» **Dataset excerpts**
********
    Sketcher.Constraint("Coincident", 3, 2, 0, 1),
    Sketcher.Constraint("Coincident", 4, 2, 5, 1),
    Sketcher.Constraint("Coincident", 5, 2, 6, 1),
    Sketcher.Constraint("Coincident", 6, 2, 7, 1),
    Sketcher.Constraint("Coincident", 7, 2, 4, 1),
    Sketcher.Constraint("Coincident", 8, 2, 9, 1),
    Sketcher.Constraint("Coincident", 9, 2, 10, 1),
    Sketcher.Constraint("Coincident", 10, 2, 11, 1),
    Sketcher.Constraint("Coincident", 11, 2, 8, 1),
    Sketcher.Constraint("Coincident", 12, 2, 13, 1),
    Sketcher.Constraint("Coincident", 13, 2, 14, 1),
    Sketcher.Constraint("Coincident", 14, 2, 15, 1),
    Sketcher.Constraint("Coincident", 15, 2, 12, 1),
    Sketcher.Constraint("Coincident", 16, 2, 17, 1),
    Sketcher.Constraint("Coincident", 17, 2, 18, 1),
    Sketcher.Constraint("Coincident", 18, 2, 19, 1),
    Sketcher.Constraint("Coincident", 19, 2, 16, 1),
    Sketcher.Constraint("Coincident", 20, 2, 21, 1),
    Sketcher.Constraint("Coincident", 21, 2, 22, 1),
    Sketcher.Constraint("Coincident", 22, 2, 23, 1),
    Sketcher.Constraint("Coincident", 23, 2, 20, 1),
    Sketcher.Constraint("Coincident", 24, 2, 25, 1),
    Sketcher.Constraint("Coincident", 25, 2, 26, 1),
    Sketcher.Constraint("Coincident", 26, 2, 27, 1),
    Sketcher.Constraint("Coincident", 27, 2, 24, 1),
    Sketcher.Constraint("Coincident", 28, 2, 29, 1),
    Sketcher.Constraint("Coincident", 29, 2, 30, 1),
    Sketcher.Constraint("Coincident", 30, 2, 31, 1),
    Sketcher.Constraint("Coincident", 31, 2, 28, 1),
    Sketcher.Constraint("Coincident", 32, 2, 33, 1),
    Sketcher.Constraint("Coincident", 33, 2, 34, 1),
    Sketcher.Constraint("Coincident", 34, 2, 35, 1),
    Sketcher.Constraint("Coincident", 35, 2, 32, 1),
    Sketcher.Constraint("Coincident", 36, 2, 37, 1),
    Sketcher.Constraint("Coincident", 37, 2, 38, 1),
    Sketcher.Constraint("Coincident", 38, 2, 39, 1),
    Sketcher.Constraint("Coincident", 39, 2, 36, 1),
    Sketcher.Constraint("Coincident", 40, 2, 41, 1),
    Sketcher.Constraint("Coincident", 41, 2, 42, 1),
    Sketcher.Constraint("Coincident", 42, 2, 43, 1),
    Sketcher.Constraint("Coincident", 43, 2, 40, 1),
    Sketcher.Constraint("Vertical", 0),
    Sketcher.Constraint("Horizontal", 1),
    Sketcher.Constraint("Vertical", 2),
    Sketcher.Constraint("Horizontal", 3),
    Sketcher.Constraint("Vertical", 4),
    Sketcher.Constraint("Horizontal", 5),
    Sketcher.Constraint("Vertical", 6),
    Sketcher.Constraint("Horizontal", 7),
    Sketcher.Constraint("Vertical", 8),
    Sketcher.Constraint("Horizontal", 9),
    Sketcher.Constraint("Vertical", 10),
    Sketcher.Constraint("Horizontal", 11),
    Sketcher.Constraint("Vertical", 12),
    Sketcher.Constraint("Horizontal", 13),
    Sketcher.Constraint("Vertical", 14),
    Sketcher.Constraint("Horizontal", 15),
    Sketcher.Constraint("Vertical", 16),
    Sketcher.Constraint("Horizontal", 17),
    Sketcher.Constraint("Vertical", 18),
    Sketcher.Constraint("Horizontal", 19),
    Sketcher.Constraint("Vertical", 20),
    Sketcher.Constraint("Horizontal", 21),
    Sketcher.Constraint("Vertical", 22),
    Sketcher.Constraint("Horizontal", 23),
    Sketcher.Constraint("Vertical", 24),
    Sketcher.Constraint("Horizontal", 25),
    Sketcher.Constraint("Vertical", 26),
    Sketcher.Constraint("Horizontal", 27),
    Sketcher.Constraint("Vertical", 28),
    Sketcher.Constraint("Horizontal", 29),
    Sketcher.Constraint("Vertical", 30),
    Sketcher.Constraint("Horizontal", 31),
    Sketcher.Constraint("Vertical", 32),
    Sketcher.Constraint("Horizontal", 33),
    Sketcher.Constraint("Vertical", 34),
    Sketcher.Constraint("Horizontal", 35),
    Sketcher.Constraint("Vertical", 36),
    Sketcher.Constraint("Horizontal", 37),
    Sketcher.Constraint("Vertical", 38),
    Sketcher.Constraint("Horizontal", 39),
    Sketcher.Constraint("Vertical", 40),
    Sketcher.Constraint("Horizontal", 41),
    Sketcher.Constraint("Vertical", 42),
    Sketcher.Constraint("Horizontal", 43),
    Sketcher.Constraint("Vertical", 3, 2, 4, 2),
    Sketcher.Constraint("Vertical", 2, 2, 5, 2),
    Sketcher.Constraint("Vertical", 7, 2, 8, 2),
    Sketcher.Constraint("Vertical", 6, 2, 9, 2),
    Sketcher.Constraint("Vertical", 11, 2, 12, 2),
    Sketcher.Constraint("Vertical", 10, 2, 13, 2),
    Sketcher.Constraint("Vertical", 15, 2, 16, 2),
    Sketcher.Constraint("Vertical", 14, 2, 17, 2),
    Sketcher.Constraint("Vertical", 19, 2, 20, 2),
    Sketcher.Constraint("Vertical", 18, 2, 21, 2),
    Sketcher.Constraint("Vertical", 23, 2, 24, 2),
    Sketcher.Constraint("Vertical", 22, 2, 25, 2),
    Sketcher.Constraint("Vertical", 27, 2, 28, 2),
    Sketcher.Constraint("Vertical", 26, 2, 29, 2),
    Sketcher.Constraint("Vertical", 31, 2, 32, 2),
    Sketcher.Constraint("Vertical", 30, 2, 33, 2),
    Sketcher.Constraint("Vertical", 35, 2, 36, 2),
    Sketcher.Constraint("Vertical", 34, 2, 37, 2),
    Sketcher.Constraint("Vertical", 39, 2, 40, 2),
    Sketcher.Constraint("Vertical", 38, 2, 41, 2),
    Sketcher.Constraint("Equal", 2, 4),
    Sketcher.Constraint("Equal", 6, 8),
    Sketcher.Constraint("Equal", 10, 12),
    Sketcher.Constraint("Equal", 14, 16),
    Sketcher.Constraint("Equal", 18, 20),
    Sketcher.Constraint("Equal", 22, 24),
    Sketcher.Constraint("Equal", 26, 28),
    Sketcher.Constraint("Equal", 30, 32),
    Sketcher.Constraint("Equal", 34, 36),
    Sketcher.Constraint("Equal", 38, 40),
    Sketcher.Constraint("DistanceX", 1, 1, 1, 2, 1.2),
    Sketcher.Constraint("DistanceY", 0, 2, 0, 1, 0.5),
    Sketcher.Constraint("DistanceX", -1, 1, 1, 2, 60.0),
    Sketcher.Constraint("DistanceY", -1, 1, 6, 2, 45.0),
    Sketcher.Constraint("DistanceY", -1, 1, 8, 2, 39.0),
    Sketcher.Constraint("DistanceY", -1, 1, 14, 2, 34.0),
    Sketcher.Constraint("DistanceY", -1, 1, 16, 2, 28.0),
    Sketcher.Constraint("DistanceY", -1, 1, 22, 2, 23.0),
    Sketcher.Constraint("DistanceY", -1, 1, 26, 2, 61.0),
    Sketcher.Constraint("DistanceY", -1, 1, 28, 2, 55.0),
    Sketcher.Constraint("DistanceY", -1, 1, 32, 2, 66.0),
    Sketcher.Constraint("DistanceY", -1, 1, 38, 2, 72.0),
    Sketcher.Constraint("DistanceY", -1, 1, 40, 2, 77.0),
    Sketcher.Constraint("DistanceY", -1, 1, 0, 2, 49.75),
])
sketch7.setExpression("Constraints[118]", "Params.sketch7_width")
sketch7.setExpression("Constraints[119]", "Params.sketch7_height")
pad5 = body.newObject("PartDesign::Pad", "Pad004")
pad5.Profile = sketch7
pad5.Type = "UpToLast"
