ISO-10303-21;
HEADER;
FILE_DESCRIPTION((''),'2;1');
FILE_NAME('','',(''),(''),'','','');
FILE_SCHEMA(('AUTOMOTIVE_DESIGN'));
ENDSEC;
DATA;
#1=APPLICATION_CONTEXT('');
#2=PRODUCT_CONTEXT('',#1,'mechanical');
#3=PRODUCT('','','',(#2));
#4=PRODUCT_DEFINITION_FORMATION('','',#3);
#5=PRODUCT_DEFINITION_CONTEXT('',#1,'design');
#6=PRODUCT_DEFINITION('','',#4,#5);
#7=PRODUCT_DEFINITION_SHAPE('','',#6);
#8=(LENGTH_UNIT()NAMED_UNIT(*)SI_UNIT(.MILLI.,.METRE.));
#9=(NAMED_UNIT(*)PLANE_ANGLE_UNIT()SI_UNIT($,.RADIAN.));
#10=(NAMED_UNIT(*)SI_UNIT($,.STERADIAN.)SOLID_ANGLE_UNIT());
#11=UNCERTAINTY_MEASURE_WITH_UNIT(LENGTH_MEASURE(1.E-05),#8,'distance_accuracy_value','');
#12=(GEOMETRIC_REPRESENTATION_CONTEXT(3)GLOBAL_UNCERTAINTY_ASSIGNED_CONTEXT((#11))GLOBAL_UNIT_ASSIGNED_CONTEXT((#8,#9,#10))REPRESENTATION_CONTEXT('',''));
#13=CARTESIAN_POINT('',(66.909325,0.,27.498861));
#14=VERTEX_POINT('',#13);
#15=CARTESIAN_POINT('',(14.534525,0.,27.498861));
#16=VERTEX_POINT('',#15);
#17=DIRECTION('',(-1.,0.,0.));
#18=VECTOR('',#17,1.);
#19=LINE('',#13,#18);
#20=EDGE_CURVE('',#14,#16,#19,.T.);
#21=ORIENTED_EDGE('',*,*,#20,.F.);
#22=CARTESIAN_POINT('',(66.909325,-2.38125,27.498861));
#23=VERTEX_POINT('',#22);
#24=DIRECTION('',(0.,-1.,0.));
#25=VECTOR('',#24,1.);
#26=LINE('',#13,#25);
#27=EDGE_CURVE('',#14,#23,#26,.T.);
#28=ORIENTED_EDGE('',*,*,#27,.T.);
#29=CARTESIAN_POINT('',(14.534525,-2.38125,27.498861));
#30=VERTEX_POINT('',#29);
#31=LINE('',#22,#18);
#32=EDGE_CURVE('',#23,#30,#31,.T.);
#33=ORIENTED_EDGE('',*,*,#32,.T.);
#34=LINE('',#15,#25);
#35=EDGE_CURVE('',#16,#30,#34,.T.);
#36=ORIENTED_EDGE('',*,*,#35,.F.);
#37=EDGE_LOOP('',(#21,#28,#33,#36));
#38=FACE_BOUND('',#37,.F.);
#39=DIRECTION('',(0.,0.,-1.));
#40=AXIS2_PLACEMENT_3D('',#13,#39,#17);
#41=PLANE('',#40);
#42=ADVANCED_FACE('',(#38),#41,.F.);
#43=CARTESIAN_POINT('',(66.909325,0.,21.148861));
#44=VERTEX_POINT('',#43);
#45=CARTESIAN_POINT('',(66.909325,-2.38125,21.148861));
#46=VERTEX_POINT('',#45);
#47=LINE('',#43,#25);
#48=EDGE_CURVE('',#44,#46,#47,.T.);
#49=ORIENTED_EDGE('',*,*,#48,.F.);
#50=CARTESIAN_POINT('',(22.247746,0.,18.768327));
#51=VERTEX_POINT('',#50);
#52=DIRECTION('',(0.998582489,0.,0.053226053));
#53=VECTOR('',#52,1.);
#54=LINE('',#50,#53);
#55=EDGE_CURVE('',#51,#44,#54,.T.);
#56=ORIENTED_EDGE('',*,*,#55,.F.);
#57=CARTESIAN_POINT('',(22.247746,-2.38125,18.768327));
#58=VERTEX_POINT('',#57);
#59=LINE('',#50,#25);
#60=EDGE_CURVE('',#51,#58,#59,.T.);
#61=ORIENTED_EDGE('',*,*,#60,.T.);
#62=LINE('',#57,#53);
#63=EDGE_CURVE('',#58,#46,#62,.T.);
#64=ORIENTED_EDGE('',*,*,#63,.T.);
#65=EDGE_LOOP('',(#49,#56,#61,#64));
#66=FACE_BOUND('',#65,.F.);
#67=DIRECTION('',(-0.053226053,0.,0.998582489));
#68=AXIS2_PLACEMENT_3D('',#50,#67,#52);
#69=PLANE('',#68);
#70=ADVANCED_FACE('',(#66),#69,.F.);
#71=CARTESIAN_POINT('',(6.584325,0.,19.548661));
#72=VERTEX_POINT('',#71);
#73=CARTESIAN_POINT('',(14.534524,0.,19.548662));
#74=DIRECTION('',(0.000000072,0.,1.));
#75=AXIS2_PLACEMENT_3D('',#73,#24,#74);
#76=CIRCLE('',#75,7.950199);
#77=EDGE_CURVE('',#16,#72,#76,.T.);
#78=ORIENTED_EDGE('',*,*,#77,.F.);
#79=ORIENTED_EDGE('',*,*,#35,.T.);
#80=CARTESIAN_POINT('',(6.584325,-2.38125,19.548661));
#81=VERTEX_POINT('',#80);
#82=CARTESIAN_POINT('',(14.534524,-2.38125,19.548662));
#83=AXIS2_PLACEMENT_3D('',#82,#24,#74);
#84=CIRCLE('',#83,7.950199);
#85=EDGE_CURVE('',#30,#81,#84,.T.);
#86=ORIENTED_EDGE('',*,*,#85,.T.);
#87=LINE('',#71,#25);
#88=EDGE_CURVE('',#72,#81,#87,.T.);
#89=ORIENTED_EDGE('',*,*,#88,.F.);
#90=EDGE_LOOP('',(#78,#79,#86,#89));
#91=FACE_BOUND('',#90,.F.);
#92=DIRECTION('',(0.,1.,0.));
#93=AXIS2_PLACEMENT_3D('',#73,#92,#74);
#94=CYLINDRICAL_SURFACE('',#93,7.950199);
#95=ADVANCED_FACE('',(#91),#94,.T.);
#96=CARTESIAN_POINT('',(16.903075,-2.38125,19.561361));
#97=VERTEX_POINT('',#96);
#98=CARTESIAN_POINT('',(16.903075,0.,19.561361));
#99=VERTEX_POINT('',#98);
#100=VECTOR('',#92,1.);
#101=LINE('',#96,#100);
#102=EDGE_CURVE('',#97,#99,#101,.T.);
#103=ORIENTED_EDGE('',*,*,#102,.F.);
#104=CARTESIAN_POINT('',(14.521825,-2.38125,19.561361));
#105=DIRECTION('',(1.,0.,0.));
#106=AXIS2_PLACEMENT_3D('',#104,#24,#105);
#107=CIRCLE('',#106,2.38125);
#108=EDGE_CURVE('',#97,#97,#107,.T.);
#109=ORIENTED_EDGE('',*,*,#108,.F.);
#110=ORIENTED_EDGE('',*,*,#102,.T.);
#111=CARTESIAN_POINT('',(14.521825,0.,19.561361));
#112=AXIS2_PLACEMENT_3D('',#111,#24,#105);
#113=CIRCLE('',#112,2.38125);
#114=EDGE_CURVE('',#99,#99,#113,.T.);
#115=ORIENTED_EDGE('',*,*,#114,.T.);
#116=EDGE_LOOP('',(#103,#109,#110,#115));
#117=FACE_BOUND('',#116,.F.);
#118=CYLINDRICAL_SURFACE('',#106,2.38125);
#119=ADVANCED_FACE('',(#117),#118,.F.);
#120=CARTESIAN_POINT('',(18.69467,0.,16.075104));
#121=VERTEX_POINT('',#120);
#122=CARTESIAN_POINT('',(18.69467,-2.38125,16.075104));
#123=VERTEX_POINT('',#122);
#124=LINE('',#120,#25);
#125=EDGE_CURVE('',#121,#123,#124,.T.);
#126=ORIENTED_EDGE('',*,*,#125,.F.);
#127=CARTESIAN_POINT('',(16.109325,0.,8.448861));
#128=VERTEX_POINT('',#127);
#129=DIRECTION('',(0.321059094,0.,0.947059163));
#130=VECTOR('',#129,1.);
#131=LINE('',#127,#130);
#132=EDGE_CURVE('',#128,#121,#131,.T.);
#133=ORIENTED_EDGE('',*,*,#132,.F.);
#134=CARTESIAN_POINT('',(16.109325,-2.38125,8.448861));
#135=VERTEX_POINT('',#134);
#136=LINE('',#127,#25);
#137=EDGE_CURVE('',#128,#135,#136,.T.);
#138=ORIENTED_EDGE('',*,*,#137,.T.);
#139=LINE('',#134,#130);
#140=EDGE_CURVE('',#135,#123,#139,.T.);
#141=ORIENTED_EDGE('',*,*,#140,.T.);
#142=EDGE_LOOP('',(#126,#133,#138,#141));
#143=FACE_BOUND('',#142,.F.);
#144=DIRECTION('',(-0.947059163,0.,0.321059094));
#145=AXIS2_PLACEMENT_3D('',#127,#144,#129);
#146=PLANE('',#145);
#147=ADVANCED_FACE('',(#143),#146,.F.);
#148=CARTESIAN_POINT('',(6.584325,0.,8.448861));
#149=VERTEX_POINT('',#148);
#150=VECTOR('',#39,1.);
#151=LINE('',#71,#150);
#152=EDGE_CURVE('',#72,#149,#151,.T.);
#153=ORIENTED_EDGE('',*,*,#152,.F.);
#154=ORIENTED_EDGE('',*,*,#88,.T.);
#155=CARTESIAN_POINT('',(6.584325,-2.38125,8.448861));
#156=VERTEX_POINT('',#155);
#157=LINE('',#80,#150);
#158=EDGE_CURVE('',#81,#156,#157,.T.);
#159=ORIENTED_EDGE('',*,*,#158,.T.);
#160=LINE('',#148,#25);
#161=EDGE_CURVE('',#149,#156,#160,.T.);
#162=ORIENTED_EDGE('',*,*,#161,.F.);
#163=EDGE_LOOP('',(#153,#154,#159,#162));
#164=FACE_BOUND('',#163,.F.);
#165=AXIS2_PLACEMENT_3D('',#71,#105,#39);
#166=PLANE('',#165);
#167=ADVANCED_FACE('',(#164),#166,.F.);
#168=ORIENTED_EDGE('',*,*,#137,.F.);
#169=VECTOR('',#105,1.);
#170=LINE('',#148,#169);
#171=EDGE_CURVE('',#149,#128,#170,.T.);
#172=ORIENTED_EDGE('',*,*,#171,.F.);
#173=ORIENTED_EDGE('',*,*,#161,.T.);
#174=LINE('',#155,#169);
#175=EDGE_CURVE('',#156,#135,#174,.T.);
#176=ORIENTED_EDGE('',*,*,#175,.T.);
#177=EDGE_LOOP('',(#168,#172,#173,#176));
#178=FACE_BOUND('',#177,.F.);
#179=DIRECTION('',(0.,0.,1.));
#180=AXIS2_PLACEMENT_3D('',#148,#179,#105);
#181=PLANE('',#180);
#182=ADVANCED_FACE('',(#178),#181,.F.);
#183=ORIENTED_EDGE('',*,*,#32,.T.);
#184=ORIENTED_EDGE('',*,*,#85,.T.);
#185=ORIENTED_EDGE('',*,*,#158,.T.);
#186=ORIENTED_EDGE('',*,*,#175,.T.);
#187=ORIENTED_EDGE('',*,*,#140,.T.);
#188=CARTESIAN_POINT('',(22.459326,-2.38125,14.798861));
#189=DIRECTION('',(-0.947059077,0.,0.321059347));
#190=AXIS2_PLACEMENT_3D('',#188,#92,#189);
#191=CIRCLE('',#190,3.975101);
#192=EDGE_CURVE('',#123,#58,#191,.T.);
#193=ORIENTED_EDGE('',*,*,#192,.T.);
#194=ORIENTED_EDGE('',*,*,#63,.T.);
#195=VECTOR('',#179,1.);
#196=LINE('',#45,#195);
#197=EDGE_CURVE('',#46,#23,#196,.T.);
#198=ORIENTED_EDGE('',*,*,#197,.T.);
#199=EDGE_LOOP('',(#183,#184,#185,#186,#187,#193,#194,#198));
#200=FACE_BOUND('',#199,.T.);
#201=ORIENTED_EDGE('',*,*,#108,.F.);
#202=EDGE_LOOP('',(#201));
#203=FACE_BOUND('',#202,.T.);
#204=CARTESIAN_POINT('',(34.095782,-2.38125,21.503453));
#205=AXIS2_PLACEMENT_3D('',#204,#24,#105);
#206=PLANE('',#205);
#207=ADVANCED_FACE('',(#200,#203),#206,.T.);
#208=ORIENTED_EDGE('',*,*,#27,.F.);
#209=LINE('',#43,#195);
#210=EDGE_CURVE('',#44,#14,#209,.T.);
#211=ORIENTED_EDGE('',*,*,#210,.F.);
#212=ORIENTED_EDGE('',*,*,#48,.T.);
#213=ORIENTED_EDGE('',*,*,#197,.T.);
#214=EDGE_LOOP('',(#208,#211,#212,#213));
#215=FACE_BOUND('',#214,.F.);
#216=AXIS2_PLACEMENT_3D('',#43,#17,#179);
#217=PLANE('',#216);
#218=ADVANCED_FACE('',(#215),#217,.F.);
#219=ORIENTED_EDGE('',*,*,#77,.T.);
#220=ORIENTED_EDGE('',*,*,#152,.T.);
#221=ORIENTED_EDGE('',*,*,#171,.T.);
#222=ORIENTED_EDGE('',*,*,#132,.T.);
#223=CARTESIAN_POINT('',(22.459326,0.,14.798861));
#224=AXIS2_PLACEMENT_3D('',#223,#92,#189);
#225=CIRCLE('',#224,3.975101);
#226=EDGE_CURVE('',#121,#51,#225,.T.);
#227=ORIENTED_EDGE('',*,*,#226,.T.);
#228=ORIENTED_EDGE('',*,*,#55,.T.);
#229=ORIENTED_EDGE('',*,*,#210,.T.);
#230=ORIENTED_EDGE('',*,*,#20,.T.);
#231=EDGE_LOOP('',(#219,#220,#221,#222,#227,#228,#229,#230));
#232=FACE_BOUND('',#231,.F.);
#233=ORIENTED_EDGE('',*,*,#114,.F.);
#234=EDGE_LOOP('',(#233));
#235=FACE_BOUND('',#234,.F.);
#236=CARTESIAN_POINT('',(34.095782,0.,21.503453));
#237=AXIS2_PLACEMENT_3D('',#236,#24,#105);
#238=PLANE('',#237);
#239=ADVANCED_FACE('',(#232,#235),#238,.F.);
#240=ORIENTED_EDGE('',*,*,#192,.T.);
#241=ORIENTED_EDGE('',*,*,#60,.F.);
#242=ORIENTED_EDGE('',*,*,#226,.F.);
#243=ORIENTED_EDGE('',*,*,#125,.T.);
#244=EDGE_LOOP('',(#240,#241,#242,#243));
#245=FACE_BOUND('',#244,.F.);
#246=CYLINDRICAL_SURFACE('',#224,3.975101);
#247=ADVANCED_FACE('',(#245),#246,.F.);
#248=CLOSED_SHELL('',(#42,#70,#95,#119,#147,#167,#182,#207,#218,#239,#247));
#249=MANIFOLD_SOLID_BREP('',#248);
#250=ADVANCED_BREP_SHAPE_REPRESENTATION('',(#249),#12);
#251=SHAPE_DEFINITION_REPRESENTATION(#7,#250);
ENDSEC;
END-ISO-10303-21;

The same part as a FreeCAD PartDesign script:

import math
import FreeCAD as App
import Part
import Sketcher
Q = App.Units.Quantity

doc = App.newDocument("Part")
body = doc.addObject("PartDesign::Body", "Body")

# Sketch on XZ plane
sketch1 = body.newObject("Sketcher::SketchObject", "Sketch")
sketch1.AttachmentSupport = (doc.getObject("XZ_Plane"), [""])
sketch1.MapMode = "FlatFace"
sketch1.addGeometry(Part.LineSegment(App.Vector(66.9, 27.5, 0), App.Vector(14.5, 27.5, 0)), False)
sketch1.addGeometry(Part.ArcOfCircle(Part.Circle(App.Vector(14.5, 19.5, 0), App.Vector(0, 0, 1), 8), math.radians(90), math.radians(180)), False)
sketch1.addGeometry(Part.LineSegment(App.Vector(6.6, 19.5, 0), App.Vector(6.6, 8.4, 0)), False)
sketch1.addGeometry(Part.LineSegment(App.Vector(6.6, 8.4, 0), App.Vector(16.1, 8.4, 0)), False)
sketch1.addGeometry(Part.LineSegment(App.Vector(16.1, 8.4, 0), App.Vector(18.7, 16.1, 0)), False)
sketch1.addGeometry(Part.ArcOfCircle(Part.Circle(App.Vector(22.5, 14.8, 0), App.Vector(0, 0, 1), 4), math.radians(93), math.radians(161)), False)
sketch1.addGeometry(Part.LineSegment(App.Vector(22.2, 18.8, 0), App.Vector(66.9, 21.1, 0)), False)
sketch1.addGeometry(Part.LineSegment(App.Vector(66.9, 21.1, 0), App.Vector(66.9, 27.5, 0)), False)
sketch1.addConstraint(Sketcher.Constraint("Tangent", 0, 2, 1, 1))
sketch1.addConstraint(Sketcher.Constraint("Tangent", 1, 2, 2, 1))
sketch1.addConstraint(Sketcher.Constraint("Coincident", 2, 2, 3, 1))
sketch1.addConstraint(Sketcher.Constraint("Coincident", 3, 2, 4, 1))
sketch1.addConstraint(Sketcher.Constraint("Tangent", 4, 2, 5, 2))
sketch1.addConstraint(Sketcher.Constraint("Tangent", 5, 1, 6, 1))
sketch1.addConstraint(Sketcher.Constraint("Coincident", 6, 2, 7, 1))
sketch1.addConstraint(Sketcher.Constraint("Coincident", 7, 2, 0, 1))
sketch1.addConstraint(Sketcher.Constraint("Horizontal", 0))
sketch1.addConstraint(Sketcher.Constraint("Vertical", 2))
sketch1.addConstraint(Sketcher.Constraint("Horizontal", 3))
sketch1.addConstraint(Sketcher.Constraint("Vertical", 7))
sketch1.addConstraint(Sketcher.Constraint("Radius", 1, Q("0.313 in")))
sketch1.addConstraint(Sketcher.Constraint("DistanceX", 3, 2, 6, 2, Q("2 in")))
sketch1.addConstraint(Sketcher.Constraint("DistanceY", 7, 1, 7, 2, Q("0.25 in")))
********
» **Problem to solve**
Repeat, exactly as they stand above, the lines from the line with "#32=EDGE_CURVE('',#23,#30,#31,.T.);" to the line with "#39=DIRECTION('',(0.,0.,-1.));", both lines included.

» **Completed task**
#32=EDGE_CURVE('',#23,#30,#31,.T.);
#33=ORIENTED_EDGE('',*,*,#32,.T.);
#34=LINE('',#15,#25);
#35=EDGE_CURVE('',#16,#30,#34,.T.);
#36=ORIENTED_EDGE('',*,*,#35,.F.);
#37=EDGE_LOOP('',(#21,#28,#33,#36));
#38=FACE_BOUND('',#37,.F.);
#39=DIRECTION('',(0.,0.,-1.));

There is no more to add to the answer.